A note from Gallipolis, OH

I’m on my way to Myrtle Beach, South Carolina and stopped for the night in a little town on the border between Ohio and West Virginia called Gallipolis.

I found the name intriguing, with its obvious Greek roots proclaiming this small, Ohio town the “city of the French.” It seemed to encapsulate the contradiction of small town America in the age of Trump–places that are at once held up as the paragon of virtue, moral rectitude and American values but at the same time function as the power centers for an obscene, vulgar and callous administration whose leader revels in the support of citizens from places like Gallipolis.

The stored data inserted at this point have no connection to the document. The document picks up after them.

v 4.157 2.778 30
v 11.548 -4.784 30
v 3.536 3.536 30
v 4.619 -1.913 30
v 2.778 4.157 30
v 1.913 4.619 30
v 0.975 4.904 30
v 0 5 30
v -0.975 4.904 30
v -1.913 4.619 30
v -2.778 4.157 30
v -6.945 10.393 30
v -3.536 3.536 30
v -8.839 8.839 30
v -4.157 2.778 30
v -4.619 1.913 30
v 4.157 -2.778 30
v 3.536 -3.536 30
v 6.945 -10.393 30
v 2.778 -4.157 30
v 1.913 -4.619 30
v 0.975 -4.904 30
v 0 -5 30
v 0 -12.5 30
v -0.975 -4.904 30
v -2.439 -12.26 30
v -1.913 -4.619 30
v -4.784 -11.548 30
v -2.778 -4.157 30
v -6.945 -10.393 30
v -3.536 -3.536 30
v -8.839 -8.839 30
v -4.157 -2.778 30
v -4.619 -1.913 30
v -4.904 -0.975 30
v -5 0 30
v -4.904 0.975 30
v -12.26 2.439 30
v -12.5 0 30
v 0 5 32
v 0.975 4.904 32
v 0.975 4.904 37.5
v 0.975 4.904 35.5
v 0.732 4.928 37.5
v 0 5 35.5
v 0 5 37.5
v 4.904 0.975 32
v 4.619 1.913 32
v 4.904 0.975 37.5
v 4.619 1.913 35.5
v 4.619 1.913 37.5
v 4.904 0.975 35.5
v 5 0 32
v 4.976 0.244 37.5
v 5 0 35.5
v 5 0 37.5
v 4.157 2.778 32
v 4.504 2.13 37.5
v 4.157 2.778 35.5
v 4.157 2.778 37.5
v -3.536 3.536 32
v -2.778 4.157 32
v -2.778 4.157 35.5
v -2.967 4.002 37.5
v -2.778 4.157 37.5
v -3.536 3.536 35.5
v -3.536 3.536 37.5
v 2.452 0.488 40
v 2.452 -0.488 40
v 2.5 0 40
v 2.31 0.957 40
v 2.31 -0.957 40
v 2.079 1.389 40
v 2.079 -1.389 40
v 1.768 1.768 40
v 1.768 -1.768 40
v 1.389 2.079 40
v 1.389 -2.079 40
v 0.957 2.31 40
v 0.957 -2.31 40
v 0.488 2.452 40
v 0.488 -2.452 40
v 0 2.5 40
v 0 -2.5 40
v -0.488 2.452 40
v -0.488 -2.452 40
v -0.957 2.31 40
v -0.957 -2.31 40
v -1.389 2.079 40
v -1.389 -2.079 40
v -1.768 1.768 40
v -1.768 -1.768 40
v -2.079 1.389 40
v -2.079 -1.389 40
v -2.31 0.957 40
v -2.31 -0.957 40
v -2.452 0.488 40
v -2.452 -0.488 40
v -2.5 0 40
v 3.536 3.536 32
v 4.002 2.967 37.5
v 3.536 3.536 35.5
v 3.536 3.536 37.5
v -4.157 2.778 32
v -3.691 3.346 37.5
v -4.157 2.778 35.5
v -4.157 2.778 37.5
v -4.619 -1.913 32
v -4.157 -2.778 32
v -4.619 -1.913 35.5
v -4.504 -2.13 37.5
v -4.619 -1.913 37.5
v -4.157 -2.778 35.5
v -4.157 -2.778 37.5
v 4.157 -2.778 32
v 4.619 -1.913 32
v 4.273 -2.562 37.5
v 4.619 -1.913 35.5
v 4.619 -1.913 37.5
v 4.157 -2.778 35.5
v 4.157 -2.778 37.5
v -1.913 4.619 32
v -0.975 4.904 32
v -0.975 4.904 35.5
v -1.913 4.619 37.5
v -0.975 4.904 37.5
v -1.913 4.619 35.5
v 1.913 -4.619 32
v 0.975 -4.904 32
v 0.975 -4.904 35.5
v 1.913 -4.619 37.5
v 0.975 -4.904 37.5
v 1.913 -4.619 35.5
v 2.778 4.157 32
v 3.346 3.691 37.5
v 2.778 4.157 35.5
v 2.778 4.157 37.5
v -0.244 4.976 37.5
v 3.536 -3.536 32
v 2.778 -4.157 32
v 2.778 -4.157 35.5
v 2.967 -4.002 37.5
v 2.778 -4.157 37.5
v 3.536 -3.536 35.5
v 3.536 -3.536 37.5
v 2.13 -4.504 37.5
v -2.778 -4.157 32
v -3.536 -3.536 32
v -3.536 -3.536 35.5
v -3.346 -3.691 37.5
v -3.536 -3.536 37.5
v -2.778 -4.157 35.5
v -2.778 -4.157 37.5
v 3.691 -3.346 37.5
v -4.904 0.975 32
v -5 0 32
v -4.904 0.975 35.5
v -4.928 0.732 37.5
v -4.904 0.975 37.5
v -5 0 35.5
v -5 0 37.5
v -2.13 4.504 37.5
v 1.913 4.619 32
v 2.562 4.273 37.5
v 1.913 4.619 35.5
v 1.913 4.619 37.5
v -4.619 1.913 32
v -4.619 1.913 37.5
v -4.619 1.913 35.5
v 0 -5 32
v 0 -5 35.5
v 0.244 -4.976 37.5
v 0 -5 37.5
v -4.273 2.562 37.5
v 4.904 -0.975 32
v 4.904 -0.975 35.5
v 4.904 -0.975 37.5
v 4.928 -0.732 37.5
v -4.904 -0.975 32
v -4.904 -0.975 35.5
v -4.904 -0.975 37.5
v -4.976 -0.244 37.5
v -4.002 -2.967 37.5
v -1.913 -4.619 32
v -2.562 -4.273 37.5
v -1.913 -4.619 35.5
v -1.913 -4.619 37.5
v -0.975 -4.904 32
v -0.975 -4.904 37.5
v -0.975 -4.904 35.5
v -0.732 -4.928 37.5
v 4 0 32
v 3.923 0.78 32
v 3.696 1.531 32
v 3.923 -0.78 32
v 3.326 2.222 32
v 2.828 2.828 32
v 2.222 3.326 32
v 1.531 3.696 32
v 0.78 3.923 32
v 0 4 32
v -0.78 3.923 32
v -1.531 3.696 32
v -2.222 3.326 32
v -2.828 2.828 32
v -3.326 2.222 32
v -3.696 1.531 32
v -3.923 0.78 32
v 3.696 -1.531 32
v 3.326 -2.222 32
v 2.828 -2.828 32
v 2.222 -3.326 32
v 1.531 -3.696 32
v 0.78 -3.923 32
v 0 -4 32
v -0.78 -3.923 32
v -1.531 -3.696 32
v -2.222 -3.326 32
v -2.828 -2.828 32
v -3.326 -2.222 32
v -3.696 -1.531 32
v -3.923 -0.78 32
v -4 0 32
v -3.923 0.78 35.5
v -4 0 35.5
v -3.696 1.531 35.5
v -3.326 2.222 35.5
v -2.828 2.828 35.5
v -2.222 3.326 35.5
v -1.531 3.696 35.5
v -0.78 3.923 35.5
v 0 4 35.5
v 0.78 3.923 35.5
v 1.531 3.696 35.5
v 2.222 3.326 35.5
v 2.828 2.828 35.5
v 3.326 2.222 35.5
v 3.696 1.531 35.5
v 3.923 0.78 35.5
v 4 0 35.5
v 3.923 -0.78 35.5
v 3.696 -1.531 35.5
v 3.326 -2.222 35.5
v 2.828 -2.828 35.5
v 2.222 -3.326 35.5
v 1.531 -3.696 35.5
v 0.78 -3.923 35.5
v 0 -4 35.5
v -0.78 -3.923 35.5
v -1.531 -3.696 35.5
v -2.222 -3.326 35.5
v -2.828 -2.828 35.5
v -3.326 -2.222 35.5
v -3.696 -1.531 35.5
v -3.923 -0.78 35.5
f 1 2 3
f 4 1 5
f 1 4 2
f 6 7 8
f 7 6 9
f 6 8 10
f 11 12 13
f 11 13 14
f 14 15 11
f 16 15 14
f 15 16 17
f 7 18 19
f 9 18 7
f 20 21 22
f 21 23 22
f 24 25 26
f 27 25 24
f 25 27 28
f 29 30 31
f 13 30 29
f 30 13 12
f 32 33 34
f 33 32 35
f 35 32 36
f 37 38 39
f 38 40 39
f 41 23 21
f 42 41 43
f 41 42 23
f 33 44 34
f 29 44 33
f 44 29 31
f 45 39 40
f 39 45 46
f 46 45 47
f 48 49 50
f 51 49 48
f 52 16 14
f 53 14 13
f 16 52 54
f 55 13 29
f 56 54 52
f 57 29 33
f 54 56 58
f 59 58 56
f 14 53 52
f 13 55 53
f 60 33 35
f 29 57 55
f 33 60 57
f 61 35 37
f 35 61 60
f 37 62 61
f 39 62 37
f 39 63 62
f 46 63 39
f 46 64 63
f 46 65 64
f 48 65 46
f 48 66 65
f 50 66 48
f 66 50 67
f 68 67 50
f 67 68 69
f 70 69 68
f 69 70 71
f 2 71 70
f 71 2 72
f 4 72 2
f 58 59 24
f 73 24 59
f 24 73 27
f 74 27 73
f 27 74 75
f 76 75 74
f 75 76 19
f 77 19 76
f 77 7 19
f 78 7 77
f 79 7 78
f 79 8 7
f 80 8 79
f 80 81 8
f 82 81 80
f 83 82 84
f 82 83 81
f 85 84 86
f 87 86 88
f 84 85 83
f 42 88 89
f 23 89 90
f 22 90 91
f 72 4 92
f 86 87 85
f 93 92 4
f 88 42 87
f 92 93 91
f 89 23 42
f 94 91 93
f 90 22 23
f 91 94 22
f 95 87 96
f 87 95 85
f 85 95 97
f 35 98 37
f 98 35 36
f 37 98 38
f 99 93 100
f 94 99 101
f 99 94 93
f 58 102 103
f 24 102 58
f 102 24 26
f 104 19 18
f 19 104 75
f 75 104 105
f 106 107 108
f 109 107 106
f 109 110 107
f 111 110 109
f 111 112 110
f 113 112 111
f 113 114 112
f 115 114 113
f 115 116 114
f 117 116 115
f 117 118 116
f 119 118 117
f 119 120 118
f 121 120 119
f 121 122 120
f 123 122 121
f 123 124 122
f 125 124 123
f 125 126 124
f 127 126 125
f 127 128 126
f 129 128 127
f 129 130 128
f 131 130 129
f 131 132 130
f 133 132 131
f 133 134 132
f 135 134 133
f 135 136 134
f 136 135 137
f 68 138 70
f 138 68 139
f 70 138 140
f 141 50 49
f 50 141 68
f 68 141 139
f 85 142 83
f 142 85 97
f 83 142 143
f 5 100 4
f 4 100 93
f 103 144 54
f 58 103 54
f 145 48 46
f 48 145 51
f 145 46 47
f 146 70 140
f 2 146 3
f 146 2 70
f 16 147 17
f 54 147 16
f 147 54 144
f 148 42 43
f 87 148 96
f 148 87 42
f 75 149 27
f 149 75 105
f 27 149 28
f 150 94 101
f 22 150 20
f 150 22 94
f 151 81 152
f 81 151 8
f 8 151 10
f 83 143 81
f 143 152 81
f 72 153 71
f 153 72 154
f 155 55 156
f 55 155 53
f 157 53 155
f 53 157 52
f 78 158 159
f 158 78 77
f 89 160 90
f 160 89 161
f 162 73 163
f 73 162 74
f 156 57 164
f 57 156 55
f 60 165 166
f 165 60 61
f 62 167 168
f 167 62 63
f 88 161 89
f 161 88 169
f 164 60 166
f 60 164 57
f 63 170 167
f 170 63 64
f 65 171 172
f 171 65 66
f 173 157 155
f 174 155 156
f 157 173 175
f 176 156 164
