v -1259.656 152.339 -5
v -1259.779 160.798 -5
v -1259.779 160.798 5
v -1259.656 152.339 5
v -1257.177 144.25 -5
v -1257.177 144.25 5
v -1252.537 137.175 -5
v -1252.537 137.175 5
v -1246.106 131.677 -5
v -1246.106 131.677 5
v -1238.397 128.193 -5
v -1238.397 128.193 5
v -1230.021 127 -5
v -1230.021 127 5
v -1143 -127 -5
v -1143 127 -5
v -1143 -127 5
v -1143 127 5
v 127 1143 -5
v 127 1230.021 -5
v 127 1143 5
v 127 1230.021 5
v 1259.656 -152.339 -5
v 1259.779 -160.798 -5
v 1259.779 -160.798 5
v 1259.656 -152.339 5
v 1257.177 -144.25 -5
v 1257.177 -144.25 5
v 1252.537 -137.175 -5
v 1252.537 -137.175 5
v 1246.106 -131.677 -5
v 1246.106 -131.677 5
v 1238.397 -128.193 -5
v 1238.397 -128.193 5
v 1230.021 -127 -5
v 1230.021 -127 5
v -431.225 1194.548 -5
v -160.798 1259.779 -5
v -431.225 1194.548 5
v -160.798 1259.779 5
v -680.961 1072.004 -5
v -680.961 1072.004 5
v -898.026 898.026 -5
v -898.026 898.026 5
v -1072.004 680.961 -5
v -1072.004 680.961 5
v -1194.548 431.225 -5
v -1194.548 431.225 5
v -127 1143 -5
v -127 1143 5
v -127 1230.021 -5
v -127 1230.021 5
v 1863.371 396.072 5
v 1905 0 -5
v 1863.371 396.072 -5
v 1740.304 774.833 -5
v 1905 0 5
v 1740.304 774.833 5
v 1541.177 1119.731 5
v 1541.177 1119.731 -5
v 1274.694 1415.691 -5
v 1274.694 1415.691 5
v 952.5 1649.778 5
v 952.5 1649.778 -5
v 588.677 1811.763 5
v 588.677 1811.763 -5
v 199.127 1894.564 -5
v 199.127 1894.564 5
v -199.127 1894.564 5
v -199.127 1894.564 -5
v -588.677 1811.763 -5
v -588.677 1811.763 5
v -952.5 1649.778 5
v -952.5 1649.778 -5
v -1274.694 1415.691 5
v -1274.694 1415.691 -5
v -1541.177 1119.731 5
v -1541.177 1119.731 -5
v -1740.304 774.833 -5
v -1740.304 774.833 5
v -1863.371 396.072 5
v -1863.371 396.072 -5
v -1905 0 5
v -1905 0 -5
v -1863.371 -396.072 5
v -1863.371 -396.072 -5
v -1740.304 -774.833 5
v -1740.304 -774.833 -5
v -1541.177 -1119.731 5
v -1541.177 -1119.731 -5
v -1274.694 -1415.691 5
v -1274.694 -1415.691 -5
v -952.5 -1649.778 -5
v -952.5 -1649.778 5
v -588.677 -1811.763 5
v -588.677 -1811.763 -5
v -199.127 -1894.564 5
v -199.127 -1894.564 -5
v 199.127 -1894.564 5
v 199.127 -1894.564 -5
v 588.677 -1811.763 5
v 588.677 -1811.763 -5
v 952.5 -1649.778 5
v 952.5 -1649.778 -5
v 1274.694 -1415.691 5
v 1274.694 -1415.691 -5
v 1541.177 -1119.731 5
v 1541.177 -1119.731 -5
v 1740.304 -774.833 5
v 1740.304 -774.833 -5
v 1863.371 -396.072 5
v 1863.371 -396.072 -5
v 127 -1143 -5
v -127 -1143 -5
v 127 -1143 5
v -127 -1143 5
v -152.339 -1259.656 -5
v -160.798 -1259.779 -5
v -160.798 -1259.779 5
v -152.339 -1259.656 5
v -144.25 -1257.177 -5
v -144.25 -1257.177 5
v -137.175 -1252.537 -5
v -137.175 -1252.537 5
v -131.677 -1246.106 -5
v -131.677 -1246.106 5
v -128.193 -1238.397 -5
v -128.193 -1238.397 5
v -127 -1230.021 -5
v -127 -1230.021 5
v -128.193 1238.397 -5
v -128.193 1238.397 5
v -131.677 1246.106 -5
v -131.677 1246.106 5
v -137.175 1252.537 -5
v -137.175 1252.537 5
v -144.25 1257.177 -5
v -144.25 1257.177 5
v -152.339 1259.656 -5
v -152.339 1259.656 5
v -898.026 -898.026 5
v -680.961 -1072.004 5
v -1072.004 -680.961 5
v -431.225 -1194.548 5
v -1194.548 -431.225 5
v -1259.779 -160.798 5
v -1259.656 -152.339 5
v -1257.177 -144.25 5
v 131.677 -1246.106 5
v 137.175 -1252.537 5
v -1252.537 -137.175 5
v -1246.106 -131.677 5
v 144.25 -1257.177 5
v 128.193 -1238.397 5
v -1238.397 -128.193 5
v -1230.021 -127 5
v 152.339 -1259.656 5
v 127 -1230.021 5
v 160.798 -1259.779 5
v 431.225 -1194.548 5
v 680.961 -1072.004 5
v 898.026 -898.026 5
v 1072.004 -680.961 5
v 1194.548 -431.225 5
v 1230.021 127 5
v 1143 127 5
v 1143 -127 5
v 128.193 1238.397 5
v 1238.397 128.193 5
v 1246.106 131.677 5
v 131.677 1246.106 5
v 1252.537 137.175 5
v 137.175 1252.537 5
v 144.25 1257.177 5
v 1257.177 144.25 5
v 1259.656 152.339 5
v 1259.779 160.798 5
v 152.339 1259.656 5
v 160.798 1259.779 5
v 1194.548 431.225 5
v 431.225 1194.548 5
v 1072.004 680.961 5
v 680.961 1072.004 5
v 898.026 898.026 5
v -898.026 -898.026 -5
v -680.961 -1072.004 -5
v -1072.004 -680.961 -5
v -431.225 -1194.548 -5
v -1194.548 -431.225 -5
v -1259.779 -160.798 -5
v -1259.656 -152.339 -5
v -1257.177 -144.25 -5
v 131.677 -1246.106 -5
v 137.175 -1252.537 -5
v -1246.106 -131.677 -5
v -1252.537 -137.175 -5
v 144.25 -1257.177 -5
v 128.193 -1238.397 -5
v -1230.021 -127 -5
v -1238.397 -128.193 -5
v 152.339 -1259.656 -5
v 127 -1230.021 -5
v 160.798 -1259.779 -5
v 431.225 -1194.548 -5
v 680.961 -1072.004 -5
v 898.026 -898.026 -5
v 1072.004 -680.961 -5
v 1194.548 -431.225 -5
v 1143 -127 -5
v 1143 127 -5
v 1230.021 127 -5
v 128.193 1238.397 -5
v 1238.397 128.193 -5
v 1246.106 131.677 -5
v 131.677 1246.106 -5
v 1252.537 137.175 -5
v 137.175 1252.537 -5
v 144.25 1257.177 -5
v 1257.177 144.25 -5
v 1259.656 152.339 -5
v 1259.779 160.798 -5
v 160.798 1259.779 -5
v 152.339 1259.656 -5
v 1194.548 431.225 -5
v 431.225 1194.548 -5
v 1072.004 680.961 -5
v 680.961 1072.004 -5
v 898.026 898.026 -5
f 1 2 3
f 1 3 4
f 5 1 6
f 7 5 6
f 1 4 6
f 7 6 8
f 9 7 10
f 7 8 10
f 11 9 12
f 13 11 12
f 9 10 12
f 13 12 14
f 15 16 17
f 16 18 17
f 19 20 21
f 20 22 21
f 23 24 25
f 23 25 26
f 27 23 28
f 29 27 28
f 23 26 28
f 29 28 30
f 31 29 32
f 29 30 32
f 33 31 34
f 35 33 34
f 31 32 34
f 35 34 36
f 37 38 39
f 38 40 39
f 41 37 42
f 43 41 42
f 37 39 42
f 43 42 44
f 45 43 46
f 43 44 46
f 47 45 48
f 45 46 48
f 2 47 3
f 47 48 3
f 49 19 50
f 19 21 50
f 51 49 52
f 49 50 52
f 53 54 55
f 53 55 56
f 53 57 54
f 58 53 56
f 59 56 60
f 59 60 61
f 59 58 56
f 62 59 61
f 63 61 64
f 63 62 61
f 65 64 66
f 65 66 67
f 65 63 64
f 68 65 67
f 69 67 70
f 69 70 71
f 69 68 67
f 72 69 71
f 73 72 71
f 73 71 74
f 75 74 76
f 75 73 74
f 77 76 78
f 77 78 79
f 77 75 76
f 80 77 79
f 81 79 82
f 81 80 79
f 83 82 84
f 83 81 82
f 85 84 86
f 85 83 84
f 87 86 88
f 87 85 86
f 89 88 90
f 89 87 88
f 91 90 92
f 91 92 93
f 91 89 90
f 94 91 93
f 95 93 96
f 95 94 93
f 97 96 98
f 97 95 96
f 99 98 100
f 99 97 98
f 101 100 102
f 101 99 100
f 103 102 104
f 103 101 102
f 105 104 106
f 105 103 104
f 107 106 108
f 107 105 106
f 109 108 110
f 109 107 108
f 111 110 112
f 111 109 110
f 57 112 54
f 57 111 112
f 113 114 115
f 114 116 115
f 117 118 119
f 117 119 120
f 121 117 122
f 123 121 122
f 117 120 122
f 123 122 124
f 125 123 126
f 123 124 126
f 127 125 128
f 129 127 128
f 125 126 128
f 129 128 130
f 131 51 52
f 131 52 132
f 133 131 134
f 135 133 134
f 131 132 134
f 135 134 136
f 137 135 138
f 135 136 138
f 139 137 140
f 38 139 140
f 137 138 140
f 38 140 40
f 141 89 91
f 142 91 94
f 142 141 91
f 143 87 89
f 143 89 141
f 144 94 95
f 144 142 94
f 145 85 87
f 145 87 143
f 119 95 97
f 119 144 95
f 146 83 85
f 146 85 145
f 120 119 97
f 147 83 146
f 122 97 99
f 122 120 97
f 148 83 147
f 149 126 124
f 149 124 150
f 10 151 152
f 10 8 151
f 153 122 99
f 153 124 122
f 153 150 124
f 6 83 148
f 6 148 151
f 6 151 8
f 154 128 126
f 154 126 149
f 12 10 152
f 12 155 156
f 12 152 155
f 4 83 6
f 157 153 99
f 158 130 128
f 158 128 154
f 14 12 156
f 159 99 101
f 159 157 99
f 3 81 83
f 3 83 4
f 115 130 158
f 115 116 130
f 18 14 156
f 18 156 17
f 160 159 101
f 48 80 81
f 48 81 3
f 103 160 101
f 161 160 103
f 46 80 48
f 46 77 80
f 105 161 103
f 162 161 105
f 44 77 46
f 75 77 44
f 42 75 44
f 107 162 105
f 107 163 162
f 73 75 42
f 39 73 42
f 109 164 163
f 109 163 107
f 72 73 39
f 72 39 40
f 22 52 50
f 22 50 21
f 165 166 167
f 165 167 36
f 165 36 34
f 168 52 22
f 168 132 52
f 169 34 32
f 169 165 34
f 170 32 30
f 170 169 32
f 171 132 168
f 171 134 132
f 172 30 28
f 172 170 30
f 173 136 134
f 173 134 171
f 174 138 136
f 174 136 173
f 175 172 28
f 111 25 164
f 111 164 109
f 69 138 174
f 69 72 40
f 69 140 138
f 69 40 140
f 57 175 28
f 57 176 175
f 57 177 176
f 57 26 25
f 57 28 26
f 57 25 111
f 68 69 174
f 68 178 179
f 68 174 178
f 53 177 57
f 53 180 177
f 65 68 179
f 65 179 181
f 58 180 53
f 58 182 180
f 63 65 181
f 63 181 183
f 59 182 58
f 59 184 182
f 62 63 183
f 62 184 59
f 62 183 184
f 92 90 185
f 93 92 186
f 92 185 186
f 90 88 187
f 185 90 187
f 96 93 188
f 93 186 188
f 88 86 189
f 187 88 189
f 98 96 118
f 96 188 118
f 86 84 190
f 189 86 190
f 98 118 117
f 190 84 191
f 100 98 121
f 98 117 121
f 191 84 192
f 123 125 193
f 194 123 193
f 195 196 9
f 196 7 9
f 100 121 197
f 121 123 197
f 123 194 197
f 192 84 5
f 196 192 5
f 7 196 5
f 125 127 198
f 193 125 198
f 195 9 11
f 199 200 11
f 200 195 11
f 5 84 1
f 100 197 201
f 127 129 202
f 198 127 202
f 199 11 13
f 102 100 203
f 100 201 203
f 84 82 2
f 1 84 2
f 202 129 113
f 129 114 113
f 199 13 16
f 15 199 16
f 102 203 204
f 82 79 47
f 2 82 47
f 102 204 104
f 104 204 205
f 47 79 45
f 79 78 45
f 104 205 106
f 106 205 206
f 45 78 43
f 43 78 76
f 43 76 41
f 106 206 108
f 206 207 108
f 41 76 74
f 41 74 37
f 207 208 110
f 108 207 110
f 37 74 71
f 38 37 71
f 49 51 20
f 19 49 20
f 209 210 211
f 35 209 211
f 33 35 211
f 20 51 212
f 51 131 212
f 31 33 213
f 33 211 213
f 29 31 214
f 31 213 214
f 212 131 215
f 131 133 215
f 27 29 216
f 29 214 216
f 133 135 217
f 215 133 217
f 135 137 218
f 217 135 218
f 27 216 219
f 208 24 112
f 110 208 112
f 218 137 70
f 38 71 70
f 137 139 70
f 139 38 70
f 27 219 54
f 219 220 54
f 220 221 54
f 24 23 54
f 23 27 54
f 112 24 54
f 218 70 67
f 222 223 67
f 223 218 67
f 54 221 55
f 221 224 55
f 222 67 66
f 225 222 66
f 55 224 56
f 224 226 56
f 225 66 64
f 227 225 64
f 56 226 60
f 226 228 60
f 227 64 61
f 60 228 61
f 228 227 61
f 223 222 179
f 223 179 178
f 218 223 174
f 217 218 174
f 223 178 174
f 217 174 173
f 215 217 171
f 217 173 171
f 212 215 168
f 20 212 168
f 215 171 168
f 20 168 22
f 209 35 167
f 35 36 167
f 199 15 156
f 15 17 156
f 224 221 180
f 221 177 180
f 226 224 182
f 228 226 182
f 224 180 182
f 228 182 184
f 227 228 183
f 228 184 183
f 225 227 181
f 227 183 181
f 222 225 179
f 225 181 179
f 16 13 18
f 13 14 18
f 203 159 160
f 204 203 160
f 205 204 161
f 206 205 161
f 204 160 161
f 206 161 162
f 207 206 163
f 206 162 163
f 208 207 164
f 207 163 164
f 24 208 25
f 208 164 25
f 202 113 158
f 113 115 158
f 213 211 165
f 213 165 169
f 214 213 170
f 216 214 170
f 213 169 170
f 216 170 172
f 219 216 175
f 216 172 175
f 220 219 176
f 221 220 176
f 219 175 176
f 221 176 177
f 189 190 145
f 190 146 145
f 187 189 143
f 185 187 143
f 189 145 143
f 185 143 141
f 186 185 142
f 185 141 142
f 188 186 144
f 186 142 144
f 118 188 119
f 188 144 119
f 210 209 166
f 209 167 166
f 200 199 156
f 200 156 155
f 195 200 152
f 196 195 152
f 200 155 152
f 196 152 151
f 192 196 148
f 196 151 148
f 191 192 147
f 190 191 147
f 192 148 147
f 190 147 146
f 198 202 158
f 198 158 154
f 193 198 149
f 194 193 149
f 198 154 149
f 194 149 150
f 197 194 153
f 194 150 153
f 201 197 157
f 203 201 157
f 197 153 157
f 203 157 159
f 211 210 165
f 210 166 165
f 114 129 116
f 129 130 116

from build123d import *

# Parameters (mm, degrees)
SKETCH1_R           = 1905
BOSS_EXTRUDE1_DEPTH = 5


with BuildPart() as part:
    # Sketch1 → Boss-Extrude1 (new, symmetric)
    with BuildSketch(Plane.XY):
        Circle(SKETCH1_R)
        with BuildLine():
            ThreePointArc((160.798387097, -1259.779297618), (898.025612107, -898.025612107), (1259.779297618, -160.798387097))
            ThreePointArc((1259.779297618, -160.798387097), (1252.536854788, -137.175162206), (1230.020731533, -127))
            Line((1230.020731533, -127), (1143, -127))
            Line((1143, -127), (1143, 127))
            Line((1143, 127), (1230.020731533, 127))
            ThreePointArc((1230.020731533, 127), (1252.536854788, 137.175162206), (1259.779297618, 160.798387097))
            ThreePointArc((1259.779297618, 160.798387097), (898.025612107, 898.025612107), (160.798387097, 1259.779297618))
            ThreePointArc((160.798387097, 1259.779297618), (137.175162206, 1252.536854788), (127, 1230.020731533))
            Line((127, 1230.020731533), (127, 1143))
            Line((127, 1143), (-127, 1143))
            Line((-127, 1143), (-127, 1230.020731533))
            ThreePointArc((-127, 1230.020731533), (-137.175162206, 1252.536854788), (-160.798387097, 1259.779297618))
            ThreePointArc((-160.798387097, 1259.779297618), (-898.025612107, 898.025612107), (-1259.779297618, 160.798387097))
            ThreePointArc((-1259.779297618, 160.798387097), (-1252.536854788, 137.175162206), (-1230.020731533, 127))
            Line((-1230.020731533, 127), (-1143, 127))
            Line((-1143, 127), (-1143, -127))
            Line((-1143, -127), (-1230.020731533, -127))
            ThreePointArc((-1230.020731533, -127), (-1252.536854788, -137.175162206), (-1259.779297618, -160.798387097))
            ThreePointArc((-1259.779297618, -160.798387097), (-898.025612107, -898.025612107), (-160.798387097, -1259.779297618))
            ThreePointArc((-160.798387097, -1259.779297618), (-137.175162206, -1252.536854788), (-127, -1230.020731533))
            Line((-127, -1230.020731533), (-127, -1143))
            Line((-127, -1143), (127, -1143))
            Line((127, -1143), (127, -1230.020731533))
            ThreePointArc((127, -1230.020731533), (137.175162206, -1252.536854788), (160.798387097, -1259.779297618))
        make_face(mode=Mode.SUBTRACT)
    extrude(amount=BOSS_EXTRUDE1_DEPTH, both=True)


solid = part.part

The city was founded by French men and women fleeing the French Revolution, referred to around here as the French 500. It’s unclear to me why they chose to use Greek to name the city when so many places around the American Midwest proudly display their French heritage with -ville and -ouis and other Francophone syllables.

Factoid: Gallipolis is the childhood home of Bob Evans, of the famed chain of bright red, farm-themed restaurants that you can see from highway off ramps all across the American heartland.

Just across the river from Gallipolis, Ohio sits Point Pleasant, West Virginia. Point Pleasant is best known for the mysterious sightings of the red-eyed “Mothman” creature in the late 1960s. The early 2000s movie about the controversy reignited interest in a piece of local folklore resulting in the opening of a so-called “Mothman Museum” and the installation of a large metal Mothman statue.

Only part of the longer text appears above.